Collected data
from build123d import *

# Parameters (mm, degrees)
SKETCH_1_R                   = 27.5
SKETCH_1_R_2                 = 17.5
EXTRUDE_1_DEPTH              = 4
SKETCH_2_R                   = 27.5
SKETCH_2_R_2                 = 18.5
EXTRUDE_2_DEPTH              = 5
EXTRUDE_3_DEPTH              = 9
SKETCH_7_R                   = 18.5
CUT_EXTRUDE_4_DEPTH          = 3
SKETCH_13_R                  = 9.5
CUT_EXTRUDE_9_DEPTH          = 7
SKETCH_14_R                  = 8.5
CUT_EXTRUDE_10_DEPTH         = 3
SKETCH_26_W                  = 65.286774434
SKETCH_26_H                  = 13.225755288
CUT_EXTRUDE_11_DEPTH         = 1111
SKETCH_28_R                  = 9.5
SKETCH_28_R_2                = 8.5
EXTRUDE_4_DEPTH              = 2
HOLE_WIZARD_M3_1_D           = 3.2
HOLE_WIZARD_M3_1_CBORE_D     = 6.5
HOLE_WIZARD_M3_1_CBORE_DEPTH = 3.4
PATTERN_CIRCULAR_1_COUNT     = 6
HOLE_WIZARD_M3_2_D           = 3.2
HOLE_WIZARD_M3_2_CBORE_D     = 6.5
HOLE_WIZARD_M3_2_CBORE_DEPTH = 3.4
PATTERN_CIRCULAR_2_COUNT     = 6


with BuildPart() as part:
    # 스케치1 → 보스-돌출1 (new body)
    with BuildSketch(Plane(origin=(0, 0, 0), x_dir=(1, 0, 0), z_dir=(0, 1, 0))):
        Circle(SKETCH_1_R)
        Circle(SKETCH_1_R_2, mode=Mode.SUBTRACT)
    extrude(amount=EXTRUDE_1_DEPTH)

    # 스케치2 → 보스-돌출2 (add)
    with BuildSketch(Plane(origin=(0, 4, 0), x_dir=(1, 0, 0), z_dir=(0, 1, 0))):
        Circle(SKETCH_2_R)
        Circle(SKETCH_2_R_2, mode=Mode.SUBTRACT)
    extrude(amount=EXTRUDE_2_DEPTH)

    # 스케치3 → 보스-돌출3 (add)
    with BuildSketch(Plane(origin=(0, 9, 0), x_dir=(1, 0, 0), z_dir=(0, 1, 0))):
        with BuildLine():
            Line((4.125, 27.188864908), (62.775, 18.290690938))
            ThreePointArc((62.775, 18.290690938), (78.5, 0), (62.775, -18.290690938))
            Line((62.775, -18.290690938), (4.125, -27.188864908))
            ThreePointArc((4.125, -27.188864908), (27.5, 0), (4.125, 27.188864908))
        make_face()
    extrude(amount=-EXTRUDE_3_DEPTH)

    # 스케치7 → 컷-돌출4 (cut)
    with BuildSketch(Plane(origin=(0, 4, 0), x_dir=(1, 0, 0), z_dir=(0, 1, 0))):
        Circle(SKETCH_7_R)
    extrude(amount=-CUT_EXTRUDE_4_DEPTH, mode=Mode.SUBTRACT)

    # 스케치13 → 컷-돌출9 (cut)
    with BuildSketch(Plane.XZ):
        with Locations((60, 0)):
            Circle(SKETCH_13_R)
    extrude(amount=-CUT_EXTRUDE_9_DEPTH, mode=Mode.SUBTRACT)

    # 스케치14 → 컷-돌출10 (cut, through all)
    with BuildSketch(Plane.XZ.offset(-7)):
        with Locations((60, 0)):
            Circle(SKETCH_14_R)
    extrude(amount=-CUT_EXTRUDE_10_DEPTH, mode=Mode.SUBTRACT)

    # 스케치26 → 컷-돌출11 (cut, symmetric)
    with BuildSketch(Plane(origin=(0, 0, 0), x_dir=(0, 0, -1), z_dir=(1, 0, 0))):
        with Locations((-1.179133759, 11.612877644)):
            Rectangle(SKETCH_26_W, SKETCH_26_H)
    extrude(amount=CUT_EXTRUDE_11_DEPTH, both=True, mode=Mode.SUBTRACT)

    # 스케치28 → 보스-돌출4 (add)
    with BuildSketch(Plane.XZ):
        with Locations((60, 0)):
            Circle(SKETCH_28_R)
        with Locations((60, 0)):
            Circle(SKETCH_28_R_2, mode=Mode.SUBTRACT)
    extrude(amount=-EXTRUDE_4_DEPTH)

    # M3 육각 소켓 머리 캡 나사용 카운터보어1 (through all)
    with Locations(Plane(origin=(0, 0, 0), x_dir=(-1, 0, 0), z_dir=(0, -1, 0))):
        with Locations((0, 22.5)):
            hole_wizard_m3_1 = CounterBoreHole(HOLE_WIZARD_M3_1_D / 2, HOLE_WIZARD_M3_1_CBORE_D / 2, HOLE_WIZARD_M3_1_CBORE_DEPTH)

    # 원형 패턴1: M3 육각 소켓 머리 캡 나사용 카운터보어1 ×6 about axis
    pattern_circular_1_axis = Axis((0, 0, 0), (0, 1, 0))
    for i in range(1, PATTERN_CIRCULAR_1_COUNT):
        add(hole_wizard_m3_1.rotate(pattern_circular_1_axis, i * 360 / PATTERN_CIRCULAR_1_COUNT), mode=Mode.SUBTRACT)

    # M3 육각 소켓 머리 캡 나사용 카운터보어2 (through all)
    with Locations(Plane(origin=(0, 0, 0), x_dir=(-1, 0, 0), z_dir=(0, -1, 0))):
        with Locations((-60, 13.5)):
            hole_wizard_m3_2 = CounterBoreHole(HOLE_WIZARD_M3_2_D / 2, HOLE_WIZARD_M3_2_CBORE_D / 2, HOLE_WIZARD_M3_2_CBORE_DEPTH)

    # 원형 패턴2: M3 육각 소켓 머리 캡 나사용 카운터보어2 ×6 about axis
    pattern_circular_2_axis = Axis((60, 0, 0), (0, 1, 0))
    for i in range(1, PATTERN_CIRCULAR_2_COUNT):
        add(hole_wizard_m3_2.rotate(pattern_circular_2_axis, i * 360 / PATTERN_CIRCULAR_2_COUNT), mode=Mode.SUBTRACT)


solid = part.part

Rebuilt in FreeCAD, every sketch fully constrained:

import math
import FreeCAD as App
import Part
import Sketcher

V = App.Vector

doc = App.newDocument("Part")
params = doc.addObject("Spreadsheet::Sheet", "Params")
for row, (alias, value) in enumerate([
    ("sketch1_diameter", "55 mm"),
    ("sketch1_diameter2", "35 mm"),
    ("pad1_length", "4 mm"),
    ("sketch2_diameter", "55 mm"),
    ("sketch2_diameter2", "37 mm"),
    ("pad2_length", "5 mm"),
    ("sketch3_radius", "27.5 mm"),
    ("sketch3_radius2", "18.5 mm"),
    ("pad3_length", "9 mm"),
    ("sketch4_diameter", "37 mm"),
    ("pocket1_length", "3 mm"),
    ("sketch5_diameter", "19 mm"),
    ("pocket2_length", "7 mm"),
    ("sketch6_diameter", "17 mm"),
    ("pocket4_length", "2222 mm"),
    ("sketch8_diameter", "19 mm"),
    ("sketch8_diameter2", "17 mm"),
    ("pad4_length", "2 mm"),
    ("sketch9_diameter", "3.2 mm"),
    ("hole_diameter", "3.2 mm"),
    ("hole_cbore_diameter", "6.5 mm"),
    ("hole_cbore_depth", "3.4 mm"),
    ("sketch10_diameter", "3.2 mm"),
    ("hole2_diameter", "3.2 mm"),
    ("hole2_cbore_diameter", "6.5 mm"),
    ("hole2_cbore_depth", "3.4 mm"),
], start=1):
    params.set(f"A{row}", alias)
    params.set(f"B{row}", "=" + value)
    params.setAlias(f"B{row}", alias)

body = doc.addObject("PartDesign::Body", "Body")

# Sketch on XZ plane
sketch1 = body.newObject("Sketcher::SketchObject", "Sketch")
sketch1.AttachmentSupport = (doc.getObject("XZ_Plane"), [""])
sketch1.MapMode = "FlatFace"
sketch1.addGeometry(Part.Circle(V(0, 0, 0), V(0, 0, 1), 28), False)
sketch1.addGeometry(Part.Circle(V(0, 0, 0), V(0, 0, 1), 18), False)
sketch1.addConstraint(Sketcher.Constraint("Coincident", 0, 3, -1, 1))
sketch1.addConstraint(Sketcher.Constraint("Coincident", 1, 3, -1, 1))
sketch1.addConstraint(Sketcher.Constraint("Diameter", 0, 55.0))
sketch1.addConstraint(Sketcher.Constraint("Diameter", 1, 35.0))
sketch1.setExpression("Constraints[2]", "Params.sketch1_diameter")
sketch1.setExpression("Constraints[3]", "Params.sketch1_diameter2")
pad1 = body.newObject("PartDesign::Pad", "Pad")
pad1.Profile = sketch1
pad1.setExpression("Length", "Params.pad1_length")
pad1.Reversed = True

* **PROBLEM**
What you give back must be the stretch above, starting at the line with "Circle(SKETCH_28_R_2, mode=Mode.SUBTRACT)" and ending at the line with "hole_wizard_m3_1 = CounterBoreHole(HOLE_WIZARD_M3_1_D", copied exactly.

* **THE COMPLETED TASK**
            Circle(SKETCH_28_R_2, mode=Mode.SUBTRACT)
    extrude(amount=-EXTRUDE_4_DEPTH)

    # M3 육각 소켓 머리 캡 나사용 카운터보어1 (through all)
    with Locations(Plane(origin=(0, 0, 0), x_dir=(-1, 0, 0), z_dir=(0, -1, 0))):
        with Locations((0, 22.5)):
            hole_wizard_m3_1 = CounterBoreHole(HOLE_WIZARD_M3_1_D / 2, HOLE_WIZARD_M3_1_CBORE_D / 2, HOLE_WIZARD_M3_1_CBORE_DEPTH)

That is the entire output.